START SUPPLIED DATA
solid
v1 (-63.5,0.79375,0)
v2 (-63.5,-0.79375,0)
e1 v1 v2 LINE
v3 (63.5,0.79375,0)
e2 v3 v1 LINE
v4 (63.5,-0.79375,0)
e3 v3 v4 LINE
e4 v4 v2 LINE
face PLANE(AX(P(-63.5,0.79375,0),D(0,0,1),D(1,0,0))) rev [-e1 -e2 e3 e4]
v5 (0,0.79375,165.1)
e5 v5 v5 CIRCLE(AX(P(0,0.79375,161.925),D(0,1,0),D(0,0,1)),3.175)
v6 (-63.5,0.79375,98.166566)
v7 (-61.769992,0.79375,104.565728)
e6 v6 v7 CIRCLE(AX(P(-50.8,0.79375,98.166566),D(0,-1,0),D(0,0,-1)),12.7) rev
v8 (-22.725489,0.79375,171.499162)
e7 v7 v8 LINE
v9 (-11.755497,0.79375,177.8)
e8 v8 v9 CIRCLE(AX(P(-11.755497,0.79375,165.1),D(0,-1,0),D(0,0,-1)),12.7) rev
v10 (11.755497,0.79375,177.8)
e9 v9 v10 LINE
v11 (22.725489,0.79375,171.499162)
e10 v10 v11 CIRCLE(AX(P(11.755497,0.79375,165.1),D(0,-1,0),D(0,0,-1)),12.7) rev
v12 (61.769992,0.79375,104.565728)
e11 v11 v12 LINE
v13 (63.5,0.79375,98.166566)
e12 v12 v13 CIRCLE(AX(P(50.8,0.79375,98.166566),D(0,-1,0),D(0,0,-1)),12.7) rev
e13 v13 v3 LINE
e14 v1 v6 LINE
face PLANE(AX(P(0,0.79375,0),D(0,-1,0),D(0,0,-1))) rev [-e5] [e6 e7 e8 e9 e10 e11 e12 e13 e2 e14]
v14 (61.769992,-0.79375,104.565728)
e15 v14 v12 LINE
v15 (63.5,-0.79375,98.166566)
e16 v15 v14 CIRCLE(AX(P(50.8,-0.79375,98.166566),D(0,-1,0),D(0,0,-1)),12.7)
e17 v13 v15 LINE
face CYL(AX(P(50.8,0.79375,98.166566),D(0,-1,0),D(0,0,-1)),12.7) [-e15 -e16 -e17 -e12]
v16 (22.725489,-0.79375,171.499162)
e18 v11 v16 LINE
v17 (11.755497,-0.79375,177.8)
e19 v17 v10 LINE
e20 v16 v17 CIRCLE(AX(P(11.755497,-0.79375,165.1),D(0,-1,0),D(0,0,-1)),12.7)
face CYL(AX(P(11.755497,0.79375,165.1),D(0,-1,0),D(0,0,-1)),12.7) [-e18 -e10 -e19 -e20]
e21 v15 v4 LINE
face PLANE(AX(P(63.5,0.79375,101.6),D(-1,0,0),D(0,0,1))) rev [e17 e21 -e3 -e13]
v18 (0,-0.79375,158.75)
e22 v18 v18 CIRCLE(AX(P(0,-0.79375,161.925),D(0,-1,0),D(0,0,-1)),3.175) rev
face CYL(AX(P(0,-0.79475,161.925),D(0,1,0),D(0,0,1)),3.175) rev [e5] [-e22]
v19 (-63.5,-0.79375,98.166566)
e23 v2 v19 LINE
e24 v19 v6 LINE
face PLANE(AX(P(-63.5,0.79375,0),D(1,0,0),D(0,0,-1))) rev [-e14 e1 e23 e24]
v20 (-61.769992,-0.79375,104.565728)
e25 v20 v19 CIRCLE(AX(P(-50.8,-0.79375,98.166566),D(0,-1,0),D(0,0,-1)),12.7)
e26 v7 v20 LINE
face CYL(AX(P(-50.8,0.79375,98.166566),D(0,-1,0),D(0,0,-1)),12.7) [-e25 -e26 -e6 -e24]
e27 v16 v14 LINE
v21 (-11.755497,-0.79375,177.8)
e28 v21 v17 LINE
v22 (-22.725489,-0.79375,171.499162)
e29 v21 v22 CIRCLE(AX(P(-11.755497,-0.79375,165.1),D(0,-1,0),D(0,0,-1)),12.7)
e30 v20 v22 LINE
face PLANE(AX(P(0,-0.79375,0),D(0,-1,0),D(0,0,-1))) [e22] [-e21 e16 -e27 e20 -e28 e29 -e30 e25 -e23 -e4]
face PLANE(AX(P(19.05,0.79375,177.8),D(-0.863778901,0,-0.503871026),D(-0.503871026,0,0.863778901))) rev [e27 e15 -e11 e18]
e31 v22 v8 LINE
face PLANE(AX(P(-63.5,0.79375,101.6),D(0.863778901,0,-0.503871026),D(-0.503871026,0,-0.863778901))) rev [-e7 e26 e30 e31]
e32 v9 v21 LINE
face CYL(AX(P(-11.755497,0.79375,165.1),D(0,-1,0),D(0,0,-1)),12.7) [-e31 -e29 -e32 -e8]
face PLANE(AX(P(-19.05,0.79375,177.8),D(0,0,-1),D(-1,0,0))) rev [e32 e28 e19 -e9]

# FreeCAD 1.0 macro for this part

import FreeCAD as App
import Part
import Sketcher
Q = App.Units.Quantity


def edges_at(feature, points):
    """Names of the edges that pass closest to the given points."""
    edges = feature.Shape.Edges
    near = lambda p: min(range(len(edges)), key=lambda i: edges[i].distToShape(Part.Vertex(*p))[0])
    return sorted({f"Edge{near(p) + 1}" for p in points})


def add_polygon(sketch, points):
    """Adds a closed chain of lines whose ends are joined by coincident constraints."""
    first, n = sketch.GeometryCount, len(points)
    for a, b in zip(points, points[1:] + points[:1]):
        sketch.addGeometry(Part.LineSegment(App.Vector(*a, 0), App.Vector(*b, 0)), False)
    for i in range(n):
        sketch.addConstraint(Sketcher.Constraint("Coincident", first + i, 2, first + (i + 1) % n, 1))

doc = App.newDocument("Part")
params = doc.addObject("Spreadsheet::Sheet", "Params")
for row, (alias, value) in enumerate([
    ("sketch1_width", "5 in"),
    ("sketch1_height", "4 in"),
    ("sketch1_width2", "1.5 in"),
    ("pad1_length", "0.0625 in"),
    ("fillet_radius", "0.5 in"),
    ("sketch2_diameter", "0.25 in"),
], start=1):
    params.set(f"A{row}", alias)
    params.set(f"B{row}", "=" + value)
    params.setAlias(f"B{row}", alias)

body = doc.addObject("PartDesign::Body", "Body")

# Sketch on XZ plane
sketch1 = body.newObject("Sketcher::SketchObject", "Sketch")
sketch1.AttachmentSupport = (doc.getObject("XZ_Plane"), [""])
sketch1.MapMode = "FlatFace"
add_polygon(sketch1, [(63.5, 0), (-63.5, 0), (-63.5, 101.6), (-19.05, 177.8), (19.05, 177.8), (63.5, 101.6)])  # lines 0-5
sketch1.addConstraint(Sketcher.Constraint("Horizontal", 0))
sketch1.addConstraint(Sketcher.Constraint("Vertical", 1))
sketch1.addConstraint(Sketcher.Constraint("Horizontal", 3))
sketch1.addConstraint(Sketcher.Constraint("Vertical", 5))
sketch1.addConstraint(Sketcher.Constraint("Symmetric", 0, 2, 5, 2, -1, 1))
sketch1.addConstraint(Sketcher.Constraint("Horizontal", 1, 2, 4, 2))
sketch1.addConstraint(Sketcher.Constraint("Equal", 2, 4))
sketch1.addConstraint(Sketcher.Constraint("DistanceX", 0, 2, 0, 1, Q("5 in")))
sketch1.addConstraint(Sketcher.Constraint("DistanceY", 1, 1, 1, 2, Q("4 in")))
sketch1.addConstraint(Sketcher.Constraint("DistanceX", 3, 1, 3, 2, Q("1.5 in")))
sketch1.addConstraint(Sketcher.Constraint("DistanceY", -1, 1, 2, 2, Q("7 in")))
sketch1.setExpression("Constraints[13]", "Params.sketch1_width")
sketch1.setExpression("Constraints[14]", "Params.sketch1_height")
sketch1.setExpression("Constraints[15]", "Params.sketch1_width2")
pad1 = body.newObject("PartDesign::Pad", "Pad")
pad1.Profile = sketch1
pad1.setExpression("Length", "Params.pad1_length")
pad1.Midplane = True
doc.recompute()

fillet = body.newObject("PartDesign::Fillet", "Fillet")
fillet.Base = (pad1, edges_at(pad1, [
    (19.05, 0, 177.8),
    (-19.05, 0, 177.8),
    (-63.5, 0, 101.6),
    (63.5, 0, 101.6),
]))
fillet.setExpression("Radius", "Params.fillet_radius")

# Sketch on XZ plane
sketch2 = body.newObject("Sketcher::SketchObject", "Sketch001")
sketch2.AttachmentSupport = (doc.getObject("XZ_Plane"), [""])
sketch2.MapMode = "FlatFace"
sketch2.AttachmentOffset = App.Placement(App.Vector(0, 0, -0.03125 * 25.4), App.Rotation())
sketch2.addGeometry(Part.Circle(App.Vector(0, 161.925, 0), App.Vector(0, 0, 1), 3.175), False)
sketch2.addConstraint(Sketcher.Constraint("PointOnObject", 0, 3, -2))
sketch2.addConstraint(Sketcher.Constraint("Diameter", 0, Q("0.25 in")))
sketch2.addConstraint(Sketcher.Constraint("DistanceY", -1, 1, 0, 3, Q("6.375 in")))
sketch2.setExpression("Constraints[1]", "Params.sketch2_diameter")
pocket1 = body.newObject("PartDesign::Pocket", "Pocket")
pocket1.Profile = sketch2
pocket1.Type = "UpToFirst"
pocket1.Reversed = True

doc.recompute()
END SUPPLIED DATA
*WORK TASK*.
Please return exactly the lines from the first line of the material through the one with "v11 (22.725489,0.79375,171.499162)", and no lines after it.

*ANSWER BOX*.
solid
v1 (-63.5,0.79375,0)
v2 (-63.5,-0.79375,0)
e1 v1 v2 LINE
v3 (63.5,0.79375,0)
e2 v3 v1 LINE
v4 (63.5,-0.79375,0)
e3 v3 v4 LINE
e4 v4 v2 LINE
face PLANE(AX(P(-63.5,0.79375,0),D(0,0,1),D(1,0,0))) rev [-e1 -e2 e3 e4]
v5 (0,0.79375,165.1)
e5 v5 v5 CIRCLE(AX(P(0,0.79375,161.925),D(0,1,0),D(0,0,1)),3.175)
v6 (-63.5,0.79375,98.166566)
v7 (-61.769992,0.79375,104.565728)
e6 v6 v7 CIRCLE(AX(P(-50.8,0.79375,98.166566),D(0,-1,0),D(0,0,-1)),12.7) rev
v8 (-22.725489,0.79375,171.499162)
e7 v7 v8 LINE
v9 (-11.755497,0.79375,177.8)
e8 v8 v9 CIRCLE(AX(P(-11.755497,0.79375,165.1),D(0,-1,0),D(0,0,-1)),12.7) rev
v10 (11.755497,0.79375,177.8)
e9 v9 v10 LINE
v11 (22.725489,0.79375,171.499162)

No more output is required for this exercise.